PiDGiN protest attracts notice from Vancouver-Mount Pleasant candidates

    1 of 1 2 of 1

      Except for B.C. Liberal Celyna Sia Sherst, the rest of the candidates in Vancouver-Mount Pleasant have something to say about the protests outside PiDGiN restaurant.

      Picketed regularly by antigentrification activists since February 5, the Downtown Eastside establishment is in the electoral district that B.C. NDP MLA Jenny Kwan has represented since 1996.

      The Straight asked Kwan and her challengers by phone what they think about the pickets. “Since 2001, British Columbia has not had a permanent affordable-housing program in place and people are feeling very pressured,” Kwan said. “There’s no question about that, and people are expressing this point of view by way of protest.”

      It’s a complicated issue, according to Barinder Hans of the Green Party of B.C. “I’m a small-business owner and I always encourage other business and development in the community, especially if it can bring money into the Downtown Eastside,” Hans said. “But at the same time, I think the PiDGiN protests are indicative of a larger frustration with gentrification.”

      Peter Marcus of the Communist Party of B.C. said that the protests are misplaced: “The restaurant is not the issue. It’s the class cleansing that’s going on in that area.”

      PiDGiN prices are affordable, much like in a Denny’s, William Austin of the B.C. Marijuana Party noted. “I don’t think they’re a big evil,” Austin said about the restaurant. “So the short answer is that they [protesters] should stop.”

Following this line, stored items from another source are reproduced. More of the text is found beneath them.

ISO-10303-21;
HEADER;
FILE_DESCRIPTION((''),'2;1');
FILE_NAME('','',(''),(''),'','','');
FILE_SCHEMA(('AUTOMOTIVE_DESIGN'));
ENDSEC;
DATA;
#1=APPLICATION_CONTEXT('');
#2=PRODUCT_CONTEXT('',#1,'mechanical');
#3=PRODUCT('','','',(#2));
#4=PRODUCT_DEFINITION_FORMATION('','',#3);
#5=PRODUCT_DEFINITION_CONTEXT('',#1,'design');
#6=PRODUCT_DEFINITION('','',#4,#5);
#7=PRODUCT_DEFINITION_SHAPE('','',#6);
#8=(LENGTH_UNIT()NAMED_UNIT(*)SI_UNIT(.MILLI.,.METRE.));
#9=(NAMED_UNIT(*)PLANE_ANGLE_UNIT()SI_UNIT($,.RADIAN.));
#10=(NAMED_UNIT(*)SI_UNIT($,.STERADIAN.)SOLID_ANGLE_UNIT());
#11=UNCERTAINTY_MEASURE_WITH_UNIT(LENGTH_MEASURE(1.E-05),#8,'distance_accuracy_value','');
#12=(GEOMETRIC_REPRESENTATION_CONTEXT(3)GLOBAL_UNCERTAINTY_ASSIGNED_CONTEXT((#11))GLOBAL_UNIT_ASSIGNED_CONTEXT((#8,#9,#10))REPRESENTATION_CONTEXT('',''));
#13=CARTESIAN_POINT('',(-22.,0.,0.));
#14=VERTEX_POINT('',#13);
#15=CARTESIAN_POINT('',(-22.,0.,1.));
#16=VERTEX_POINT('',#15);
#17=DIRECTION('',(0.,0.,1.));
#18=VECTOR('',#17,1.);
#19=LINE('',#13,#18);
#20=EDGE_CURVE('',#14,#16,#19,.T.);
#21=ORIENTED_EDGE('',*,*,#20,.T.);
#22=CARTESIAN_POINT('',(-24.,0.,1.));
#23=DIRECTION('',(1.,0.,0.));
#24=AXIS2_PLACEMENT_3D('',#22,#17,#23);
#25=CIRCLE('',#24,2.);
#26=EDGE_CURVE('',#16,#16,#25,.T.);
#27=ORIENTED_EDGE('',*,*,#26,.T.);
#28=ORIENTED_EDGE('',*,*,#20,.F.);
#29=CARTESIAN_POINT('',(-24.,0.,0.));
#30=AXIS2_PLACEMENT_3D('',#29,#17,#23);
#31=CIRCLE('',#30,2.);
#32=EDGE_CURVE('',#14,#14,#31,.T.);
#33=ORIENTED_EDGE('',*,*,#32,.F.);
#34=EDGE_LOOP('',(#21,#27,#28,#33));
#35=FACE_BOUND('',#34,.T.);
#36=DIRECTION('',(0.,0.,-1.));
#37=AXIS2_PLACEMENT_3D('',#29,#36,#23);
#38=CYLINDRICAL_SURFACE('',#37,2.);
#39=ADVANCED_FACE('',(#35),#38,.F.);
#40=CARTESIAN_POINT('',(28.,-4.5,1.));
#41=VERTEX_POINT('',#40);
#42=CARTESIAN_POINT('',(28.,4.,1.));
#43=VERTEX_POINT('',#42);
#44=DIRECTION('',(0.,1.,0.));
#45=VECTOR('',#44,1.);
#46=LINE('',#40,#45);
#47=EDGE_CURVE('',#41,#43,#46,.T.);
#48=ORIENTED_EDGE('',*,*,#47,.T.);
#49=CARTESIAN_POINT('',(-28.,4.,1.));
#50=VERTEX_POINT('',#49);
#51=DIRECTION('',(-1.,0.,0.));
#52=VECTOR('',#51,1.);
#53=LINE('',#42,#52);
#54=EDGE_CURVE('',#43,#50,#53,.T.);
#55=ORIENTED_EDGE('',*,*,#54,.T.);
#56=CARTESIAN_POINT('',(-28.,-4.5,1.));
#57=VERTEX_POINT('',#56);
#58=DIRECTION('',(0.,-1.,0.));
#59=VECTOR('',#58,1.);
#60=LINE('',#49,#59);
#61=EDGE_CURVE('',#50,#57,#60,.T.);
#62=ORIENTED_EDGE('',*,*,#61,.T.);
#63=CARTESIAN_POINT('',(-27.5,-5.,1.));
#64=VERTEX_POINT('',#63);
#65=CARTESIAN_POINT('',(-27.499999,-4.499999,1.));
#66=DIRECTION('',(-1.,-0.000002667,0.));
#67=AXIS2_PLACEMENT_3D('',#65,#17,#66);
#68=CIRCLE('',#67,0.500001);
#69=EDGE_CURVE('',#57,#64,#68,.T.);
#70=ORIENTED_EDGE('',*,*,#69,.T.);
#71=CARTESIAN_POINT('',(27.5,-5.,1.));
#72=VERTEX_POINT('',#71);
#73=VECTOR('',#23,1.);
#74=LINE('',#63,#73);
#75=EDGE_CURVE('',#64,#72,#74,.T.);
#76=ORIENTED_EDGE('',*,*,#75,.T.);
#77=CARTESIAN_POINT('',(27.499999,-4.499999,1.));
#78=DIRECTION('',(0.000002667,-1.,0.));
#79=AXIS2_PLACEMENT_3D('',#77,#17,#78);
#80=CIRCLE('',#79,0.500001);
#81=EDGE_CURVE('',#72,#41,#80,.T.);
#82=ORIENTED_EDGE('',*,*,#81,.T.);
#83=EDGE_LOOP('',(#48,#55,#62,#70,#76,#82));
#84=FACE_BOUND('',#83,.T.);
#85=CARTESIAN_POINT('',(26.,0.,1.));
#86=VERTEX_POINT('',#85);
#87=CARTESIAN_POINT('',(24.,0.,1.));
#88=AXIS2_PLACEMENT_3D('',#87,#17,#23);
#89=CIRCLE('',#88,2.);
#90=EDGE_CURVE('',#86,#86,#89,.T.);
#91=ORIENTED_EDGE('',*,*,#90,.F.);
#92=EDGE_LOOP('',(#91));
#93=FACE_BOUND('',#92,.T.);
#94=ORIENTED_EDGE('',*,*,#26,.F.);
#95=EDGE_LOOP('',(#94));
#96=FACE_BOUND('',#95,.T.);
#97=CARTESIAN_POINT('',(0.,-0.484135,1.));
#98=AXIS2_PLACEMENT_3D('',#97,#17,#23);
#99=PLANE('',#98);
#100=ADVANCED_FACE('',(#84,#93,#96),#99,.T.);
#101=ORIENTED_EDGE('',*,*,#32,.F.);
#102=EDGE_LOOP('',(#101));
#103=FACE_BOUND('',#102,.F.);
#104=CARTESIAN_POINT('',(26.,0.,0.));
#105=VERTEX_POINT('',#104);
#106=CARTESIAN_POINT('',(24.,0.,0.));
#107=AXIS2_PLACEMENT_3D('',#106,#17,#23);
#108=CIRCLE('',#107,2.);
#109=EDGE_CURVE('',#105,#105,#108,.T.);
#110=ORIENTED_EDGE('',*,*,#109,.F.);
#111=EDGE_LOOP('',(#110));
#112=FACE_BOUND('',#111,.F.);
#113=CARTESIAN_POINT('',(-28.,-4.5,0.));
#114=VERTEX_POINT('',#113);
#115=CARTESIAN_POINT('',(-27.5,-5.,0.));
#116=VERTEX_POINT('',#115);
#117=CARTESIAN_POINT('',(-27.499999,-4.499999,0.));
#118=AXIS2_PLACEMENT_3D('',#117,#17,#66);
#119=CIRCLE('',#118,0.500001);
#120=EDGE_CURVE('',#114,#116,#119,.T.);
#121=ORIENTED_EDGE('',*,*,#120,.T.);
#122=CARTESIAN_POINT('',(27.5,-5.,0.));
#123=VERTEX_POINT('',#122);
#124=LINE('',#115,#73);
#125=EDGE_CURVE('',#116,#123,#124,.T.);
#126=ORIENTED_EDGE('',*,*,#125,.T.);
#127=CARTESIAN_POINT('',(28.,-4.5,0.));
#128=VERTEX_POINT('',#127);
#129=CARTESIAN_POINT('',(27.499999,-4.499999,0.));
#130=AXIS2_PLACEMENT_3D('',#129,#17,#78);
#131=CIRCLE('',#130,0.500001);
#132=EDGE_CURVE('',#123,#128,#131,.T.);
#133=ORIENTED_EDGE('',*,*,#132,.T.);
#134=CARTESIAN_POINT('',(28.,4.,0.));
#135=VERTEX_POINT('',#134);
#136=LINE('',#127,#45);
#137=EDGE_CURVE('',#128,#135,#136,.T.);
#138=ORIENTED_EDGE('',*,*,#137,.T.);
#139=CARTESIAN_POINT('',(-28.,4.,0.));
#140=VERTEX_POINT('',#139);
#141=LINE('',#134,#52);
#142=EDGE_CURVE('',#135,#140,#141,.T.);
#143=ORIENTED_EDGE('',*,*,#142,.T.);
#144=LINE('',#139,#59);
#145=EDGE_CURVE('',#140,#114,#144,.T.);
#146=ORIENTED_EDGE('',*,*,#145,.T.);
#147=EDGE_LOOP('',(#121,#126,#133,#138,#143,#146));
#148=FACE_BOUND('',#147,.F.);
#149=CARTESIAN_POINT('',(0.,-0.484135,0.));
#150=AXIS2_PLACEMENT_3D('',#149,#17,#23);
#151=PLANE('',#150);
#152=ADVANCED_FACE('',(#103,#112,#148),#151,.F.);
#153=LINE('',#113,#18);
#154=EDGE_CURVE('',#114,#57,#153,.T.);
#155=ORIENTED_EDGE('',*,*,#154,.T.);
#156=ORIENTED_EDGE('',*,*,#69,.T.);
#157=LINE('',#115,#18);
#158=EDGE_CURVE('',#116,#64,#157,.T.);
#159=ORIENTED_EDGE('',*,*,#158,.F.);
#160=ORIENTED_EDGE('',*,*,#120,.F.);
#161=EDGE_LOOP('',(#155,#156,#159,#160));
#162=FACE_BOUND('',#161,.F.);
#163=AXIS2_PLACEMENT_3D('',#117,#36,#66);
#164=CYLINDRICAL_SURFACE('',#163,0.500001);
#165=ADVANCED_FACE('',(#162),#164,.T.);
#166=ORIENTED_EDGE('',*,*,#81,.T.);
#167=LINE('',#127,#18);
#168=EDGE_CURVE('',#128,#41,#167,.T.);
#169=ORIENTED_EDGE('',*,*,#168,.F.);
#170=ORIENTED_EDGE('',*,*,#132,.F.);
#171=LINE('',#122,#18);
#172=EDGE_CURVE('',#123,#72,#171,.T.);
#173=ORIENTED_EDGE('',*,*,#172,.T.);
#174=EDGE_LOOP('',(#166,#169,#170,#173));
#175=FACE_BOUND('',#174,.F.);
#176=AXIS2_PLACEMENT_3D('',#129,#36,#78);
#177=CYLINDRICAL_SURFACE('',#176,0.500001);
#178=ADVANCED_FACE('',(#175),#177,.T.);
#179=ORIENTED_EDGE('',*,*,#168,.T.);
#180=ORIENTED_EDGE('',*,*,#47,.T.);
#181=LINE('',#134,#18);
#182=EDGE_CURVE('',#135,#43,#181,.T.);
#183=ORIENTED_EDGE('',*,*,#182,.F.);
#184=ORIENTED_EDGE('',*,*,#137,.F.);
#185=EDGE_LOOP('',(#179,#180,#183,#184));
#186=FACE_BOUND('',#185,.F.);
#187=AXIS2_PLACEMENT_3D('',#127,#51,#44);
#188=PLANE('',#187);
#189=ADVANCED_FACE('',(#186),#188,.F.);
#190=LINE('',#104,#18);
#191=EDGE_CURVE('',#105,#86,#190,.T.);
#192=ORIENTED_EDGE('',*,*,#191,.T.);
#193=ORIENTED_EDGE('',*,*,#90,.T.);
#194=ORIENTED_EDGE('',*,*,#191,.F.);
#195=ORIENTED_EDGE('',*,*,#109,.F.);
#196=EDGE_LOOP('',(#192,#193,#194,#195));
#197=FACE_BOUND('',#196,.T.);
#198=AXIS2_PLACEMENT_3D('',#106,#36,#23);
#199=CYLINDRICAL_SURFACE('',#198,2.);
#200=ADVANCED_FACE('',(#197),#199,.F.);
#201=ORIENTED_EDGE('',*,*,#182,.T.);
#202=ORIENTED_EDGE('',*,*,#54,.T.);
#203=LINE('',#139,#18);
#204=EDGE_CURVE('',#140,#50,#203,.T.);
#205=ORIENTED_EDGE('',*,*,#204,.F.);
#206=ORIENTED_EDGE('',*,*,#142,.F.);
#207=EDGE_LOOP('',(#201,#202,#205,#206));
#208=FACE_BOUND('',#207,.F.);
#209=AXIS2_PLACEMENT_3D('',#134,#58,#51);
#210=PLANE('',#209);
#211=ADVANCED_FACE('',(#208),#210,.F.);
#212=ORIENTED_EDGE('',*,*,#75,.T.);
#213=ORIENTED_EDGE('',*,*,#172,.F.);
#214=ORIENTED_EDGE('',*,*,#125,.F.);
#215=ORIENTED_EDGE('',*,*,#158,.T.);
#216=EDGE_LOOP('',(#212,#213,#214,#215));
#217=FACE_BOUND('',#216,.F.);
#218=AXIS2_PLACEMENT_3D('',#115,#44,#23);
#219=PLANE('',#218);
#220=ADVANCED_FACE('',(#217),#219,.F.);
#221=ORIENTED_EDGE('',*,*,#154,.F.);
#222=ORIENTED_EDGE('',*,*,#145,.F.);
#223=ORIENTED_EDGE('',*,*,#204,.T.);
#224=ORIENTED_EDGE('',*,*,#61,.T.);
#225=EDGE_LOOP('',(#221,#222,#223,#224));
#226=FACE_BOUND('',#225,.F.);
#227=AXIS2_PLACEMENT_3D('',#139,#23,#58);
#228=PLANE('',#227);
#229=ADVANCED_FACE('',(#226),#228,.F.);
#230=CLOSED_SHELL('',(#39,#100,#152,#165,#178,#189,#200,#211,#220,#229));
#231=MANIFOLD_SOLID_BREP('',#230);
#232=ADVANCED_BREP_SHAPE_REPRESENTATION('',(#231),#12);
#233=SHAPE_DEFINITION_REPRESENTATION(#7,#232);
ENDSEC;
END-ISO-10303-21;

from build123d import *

# Parameters (mm, degrees)
F0_R     = 2
F1_DEPTH = 1


with BuildPart() as f1:
    # F0 (on Top) → F1 (new body)
    with BuildSketch(Plane.XY):
        with BuildLine():
            ThreePointArc((-28, -4.5), (-27.853553, -4.853553), (-27.5, -5))
            Line((-27.5, -5), (27.5, -5))
            ThreePointArc((27.5, -5), (27.853553, -4.853553), (28, -4.5))
            Line((28, -4.5), (28, 4))
            Line((28, 4), (-28, 4))
            Line((-28, 4), (-28, -4.5))
        make_face()
        with Locations((-24, 0)):
            Circle(F0_R, mode=Mode.SUBTRACT)
        with Locations((24, 0)):
            Circle(F0_R, mode=Mode.SUBTRACT)
    extrude(amount=F1_DEPTH)


solid = f1.part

      Jeremy Gustafson, an independent, said: “I support the philosophy of what they’re [protesters are] trying to say. But I don’t think they’re going about it correctly.”

      Comments

      8 Comments

      RealityCheck

      May 9, 2013 at 9:16am

      Absolutely disgraceful that Jenny Kwan didn't condemn the harassment of this legal, socially responsible small business.

      RUK

      May 9, 2013 at 10:02am

      @RC

      I don't agree with the scapegoating of Pidgin either, but Jenny Kwan was probably not wanting to inflame the situation. She has gone to bat for the safe injection site, has spoken at CCAP, has talked about homelessness action week in the House - basically she is a friend of the social justice peeps, not the gentrifiers. And you'll note she didn't say that she thought that the restaurant deserved it, which is the politician in her.

      RUK

      May 9, 2013 at 10:04am

      I'll tell you who we should be remembering for this debacle: COPE. Nicholas Ellan and Kim Hearty are congratulating the protests in the guise of writers for the Mainlander, while also acknowledging that they in fact participating in perpetuating it.

      Rolf Auer

      May 9, 2013 at 6:22pm

      By ignoring the necessity of building social housing, people in Vancouver--usually well-off people in Vancouver, that is--are saying they don't care about low-income people. That's class warfare.

      wut

      May 9, 2013 at 7:44pm

      No MLA should be 'condemning' the protest. It's not their job to condemn freedom of protest and tell us what to do. It's their job to govern the province under the mandate we elect, in a totally transparent and non corrupt fashion without interfering with our rights.

      I wouldn't trust any candidate who used this protest as a media showcase for their campaign so they can easily ride the conservative populist bandwagon and condemn the protest. Who knows what they are liable to do once they get into office.

      This is a community protest that doesn't need to defer to authority they can work it out themselves, if not cops will deal with it should any laws get broken.

      There's plenty of new hipster bars around 000 block hastings to cater to film school students that don't have any protesters. But then again they aren't named 'Derelicte' or 'Skid Row Tapas' and they didn't open directly across from "The People's Pidgin Park", a well known festering slum and community advocacy area, and name themselves after it to be poverty chic.

      gentrified

      May 9, 2013 at 8:39pm

      meanwhile spartacus books just got an eviction letter, building was sold to real estate speculators who want to flip it into million dollar condos. dans brewing also evicted.

      there will be no artist centers or community forums or anything left in vancouver. just mega corporations until that bubble bursts and we repeat the cycle all over again.

      i was in montreal a few years ago and asked a friend how his rent was so cheap for such an awesome area that he lived in. simple response: no foreign real estate speculation allowed. that prevents all the land from becoming impossible for locals to access

      Brandon Grossutti

      May 9, 2013 at 10:37pm

      No one's disputing the need for social housing. We serve food not policy

      Danielle LaFrance

      May 14, 2013 at 1:59pm

      Completely missing the point Brandon. By serving food in an area where people have been strategically displaced from their community for decades only lends itself to this process. Hiding behind the poor-business-person motif only means you're unwillingness to acknowledge your complicity. Maybe take a moment to set aside your ego and come to terms with how new business ventures in the DTES do effect policy and do impact the lives of people who have been living there for years.